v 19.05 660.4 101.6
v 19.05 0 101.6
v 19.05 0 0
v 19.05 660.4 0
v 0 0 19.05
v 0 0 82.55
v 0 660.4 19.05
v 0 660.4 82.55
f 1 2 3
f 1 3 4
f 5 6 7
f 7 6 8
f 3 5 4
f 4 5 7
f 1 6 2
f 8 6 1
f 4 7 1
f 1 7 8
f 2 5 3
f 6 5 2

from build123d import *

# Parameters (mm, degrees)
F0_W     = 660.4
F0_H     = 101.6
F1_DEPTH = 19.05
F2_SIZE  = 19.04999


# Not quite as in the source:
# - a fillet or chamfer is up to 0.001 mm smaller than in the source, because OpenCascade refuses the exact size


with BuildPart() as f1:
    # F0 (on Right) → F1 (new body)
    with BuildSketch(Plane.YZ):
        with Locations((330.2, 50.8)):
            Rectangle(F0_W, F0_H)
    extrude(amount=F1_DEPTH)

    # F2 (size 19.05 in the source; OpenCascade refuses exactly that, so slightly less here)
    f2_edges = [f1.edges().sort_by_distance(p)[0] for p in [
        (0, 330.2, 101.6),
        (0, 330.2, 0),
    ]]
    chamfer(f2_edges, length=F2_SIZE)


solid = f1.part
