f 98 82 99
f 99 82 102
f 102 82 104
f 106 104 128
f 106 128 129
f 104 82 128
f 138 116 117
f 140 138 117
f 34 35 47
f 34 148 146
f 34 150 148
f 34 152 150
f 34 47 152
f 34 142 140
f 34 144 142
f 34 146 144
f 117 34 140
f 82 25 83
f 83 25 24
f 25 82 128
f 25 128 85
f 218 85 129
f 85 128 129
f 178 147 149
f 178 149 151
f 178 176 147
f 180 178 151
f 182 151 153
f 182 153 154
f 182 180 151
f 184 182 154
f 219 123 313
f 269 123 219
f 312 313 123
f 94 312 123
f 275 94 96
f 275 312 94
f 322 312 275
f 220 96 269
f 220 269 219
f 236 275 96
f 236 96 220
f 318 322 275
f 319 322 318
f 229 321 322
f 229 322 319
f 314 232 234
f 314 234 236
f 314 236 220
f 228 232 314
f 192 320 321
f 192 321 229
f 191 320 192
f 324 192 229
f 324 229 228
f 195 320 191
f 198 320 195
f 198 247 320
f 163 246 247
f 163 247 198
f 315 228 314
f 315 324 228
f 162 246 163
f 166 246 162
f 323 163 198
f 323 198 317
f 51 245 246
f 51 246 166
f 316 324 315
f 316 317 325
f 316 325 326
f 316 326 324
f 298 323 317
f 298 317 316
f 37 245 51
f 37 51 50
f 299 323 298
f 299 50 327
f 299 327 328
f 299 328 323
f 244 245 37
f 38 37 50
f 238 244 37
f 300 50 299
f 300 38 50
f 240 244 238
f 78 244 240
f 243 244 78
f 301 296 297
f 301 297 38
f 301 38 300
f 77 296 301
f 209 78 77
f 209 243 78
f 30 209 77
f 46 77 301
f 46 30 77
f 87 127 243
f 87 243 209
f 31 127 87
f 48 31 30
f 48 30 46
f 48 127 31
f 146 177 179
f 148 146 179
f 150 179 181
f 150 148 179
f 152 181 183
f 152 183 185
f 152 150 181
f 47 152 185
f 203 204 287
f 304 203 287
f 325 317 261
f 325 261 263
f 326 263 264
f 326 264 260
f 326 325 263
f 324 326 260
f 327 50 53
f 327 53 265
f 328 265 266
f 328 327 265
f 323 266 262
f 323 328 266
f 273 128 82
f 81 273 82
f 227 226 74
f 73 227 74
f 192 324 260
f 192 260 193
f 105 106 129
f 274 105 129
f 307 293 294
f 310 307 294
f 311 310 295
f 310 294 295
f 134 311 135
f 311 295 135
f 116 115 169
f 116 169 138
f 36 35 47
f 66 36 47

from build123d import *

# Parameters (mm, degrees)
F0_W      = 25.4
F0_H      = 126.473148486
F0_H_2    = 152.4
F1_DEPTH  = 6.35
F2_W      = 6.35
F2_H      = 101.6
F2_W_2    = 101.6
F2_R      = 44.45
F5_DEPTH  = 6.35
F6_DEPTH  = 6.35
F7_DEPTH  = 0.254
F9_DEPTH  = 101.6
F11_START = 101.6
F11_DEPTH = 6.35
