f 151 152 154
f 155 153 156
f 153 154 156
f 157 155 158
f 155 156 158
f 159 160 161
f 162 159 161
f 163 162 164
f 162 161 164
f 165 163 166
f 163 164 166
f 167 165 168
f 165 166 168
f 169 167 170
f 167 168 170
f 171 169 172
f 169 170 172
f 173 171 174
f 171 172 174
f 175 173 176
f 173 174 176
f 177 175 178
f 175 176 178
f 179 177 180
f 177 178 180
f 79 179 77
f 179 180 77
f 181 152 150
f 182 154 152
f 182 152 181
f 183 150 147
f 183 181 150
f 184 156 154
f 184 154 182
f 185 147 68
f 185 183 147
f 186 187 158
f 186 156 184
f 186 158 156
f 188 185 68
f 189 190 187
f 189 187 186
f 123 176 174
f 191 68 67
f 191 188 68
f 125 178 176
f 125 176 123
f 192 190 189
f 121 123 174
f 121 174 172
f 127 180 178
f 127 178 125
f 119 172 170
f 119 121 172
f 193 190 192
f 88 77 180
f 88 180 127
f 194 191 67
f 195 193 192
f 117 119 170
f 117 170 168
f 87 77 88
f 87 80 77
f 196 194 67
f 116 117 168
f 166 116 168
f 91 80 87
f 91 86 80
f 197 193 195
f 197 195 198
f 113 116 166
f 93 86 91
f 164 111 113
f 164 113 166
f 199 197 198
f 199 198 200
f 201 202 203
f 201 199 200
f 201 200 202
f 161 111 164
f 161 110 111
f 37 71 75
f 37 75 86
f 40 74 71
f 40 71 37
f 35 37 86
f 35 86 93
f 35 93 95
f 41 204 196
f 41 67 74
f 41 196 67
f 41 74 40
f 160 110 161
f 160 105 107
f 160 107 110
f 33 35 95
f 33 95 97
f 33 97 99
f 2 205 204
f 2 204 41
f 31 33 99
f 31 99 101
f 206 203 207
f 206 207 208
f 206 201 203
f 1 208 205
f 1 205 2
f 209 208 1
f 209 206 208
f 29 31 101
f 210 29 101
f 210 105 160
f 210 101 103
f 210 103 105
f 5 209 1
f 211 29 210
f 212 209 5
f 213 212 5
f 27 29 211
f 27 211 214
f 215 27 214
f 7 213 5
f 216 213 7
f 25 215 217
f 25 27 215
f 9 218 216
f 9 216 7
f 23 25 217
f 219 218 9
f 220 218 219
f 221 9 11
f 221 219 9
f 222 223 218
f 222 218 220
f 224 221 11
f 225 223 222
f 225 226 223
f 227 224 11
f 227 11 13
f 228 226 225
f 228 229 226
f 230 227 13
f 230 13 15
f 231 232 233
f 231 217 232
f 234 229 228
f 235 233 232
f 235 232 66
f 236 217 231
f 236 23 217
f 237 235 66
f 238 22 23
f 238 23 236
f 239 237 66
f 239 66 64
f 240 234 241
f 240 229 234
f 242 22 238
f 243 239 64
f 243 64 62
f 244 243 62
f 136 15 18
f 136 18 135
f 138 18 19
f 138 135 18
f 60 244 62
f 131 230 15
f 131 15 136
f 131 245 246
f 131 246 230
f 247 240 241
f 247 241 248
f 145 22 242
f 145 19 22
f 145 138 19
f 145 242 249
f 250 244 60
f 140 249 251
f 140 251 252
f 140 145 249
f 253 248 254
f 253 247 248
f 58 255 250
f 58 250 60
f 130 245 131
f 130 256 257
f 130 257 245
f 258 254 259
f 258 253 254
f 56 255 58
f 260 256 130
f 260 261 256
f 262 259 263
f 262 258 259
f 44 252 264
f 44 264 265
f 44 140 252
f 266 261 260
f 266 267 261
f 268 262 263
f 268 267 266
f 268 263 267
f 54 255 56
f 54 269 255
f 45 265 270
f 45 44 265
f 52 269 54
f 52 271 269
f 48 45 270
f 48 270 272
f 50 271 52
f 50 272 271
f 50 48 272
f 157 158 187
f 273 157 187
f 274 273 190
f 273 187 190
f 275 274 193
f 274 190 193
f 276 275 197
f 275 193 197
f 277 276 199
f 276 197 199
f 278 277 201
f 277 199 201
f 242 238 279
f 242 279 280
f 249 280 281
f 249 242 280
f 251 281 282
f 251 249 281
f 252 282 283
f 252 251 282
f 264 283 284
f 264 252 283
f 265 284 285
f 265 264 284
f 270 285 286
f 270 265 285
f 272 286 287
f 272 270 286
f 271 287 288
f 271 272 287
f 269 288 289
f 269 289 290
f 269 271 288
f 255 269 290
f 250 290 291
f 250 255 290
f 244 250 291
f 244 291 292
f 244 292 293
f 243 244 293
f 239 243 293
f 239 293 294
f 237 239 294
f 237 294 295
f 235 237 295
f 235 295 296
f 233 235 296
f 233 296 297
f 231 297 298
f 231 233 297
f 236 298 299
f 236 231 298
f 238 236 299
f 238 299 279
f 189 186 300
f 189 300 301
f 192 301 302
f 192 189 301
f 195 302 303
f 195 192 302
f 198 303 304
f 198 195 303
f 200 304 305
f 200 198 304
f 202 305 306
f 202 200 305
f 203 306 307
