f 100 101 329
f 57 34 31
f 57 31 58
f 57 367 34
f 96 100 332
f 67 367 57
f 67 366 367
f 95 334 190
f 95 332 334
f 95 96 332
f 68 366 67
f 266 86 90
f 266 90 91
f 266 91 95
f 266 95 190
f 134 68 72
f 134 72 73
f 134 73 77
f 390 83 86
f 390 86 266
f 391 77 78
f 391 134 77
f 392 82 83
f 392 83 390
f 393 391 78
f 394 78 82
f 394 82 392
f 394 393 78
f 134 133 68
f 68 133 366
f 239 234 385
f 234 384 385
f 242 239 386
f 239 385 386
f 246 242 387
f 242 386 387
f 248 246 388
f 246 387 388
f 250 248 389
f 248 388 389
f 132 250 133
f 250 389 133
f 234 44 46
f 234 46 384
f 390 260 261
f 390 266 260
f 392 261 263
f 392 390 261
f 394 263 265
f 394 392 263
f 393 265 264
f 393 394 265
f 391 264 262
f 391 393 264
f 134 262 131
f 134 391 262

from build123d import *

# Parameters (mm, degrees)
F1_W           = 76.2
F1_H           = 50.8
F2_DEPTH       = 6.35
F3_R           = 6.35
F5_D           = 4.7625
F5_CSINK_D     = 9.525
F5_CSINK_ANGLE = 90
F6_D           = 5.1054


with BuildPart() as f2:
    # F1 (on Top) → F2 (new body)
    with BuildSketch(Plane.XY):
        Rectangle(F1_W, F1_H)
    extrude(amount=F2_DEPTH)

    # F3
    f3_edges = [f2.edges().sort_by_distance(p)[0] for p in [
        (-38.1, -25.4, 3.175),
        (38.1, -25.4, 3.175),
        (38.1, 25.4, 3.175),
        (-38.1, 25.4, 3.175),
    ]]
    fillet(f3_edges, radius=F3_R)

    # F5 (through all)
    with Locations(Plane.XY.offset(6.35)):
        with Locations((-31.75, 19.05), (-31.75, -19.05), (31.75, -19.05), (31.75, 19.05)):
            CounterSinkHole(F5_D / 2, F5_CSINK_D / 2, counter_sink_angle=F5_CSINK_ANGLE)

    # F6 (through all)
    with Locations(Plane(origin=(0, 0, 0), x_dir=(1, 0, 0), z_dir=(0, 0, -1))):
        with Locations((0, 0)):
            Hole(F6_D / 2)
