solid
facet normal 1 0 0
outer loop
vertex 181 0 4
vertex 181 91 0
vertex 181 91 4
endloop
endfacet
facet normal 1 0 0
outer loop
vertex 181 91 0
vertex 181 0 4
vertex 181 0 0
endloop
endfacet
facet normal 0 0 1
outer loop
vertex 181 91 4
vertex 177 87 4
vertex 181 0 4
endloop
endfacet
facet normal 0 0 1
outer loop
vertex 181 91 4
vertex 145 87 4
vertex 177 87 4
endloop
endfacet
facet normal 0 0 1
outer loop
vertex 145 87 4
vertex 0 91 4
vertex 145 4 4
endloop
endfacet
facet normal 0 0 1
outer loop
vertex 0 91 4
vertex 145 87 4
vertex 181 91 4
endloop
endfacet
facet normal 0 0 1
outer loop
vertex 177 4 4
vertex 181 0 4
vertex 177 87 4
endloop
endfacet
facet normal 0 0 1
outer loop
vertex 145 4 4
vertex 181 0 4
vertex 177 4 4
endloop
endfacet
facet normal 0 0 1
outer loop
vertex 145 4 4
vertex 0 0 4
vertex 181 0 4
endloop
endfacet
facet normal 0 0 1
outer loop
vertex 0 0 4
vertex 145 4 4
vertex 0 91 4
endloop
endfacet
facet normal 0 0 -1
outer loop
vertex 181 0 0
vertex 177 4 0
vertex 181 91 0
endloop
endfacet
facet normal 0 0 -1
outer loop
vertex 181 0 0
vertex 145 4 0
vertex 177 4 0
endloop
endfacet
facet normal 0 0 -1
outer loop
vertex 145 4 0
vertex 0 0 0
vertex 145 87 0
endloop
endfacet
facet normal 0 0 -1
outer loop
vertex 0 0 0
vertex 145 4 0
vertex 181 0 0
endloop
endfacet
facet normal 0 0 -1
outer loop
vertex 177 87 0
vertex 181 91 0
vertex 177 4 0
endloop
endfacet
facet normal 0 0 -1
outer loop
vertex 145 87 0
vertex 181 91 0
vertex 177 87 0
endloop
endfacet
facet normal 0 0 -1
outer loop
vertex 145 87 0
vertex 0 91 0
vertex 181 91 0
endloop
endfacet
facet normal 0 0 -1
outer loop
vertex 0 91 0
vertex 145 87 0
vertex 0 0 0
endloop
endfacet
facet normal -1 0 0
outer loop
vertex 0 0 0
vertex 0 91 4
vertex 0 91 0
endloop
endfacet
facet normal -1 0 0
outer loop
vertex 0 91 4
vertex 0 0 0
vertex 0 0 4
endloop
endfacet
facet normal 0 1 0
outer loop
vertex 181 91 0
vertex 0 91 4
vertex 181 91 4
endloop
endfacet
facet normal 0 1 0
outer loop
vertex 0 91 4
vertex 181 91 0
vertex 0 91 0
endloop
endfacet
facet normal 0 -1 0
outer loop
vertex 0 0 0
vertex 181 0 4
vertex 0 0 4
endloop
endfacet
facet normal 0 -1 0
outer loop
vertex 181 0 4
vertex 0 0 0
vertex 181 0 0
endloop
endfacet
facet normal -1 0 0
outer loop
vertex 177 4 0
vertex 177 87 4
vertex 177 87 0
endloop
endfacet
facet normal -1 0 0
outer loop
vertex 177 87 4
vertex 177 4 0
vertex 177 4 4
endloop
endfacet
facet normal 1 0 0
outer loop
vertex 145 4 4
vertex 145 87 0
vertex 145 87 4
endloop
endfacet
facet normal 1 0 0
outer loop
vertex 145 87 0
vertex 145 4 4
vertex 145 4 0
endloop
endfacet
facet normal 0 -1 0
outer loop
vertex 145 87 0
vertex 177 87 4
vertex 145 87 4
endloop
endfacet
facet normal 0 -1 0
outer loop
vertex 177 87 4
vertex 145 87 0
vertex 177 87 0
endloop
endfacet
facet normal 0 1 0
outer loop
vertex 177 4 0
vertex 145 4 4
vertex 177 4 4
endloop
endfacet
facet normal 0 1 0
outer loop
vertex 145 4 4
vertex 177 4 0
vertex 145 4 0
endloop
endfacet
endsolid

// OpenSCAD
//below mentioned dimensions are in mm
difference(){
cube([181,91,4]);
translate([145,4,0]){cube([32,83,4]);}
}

--------------------------------

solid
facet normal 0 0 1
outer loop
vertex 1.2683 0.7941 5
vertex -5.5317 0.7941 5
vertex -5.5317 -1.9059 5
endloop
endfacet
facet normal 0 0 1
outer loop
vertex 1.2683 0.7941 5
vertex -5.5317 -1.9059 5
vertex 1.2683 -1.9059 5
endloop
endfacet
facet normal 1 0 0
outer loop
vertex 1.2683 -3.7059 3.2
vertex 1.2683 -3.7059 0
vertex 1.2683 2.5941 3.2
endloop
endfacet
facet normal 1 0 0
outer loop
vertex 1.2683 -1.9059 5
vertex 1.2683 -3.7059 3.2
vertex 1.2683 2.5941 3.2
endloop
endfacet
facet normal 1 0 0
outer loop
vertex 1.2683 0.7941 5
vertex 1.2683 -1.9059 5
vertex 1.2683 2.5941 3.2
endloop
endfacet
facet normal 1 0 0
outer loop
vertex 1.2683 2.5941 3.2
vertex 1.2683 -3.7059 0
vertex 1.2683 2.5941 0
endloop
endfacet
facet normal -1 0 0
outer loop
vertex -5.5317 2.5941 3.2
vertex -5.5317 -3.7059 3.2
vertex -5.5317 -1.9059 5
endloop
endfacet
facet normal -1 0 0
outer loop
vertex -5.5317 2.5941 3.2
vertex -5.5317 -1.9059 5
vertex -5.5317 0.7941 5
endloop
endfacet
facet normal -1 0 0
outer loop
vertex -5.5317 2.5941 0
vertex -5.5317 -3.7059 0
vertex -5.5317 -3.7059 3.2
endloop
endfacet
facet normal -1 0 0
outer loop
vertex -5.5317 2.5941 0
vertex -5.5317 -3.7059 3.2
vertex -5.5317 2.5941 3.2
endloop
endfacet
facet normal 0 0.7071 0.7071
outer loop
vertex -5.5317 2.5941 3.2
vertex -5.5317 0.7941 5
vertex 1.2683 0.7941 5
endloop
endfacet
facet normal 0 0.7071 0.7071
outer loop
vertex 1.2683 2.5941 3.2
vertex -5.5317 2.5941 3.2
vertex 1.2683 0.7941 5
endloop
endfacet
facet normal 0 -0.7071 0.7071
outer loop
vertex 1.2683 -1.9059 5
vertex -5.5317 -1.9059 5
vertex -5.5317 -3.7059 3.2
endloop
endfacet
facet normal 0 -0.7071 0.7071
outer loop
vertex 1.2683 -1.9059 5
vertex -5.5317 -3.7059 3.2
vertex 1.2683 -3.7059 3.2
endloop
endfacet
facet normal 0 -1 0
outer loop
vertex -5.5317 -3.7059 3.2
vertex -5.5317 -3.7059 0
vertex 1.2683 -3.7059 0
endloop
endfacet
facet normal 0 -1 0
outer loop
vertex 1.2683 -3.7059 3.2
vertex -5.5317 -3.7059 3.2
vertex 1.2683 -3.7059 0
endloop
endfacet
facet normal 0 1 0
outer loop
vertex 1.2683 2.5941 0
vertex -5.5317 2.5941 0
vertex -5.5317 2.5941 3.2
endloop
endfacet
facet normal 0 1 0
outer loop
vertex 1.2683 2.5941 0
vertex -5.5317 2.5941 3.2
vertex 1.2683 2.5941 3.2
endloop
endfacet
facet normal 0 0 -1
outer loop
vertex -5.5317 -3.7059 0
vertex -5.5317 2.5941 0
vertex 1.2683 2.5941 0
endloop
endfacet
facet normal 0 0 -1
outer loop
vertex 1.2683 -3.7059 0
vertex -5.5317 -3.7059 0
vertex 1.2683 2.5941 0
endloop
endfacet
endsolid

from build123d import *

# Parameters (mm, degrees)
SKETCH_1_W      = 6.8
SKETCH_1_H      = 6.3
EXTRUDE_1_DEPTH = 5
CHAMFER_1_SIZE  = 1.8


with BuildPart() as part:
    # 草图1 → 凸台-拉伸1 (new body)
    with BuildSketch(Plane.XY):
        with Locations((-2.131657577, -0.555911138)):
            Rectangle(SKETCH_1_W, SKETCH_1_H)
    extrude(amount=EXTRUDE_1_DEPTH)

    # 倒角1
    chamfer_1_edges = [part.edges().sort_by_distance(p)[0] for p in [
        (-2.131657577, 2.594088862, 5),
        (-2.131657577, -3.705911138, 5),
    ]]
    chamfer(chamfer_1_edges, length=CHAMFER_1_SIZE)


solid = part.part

--------------------------------

* _Required work_
Of the lines above, extract only those from the line with "f 151 152 154" to the line with "f 186 187 158", both included, exactly as written.

* _Solution for this exercise_
f 151 152 154
f 155 153 156
f 153 154 156
f 157 155 158
f 155 156 158
f 159 160 161
f 162 159 161
f 163 162 164
f 162 161 164
f 165 163 166
f 163 164 166
f 167 165 168
f 165 166 168
f 169 167 170
f 167 168 170
f 171 169 172
f 169 170 172
f 173 171 174
f 171 172 174
f 175 173 176
f 173 174 176
f 177 175 178
f 175 176 178
f 179 177 180
f 177 178 180
f 79 179 77
f 179 180 77
f 181 152 150
f 182 154 152
f 182 152 181
f 183 150 147
f 183 181 150
f 184 156 154
f 184 154 182
f 185 147 68
f 185 183 147
f 186 187 158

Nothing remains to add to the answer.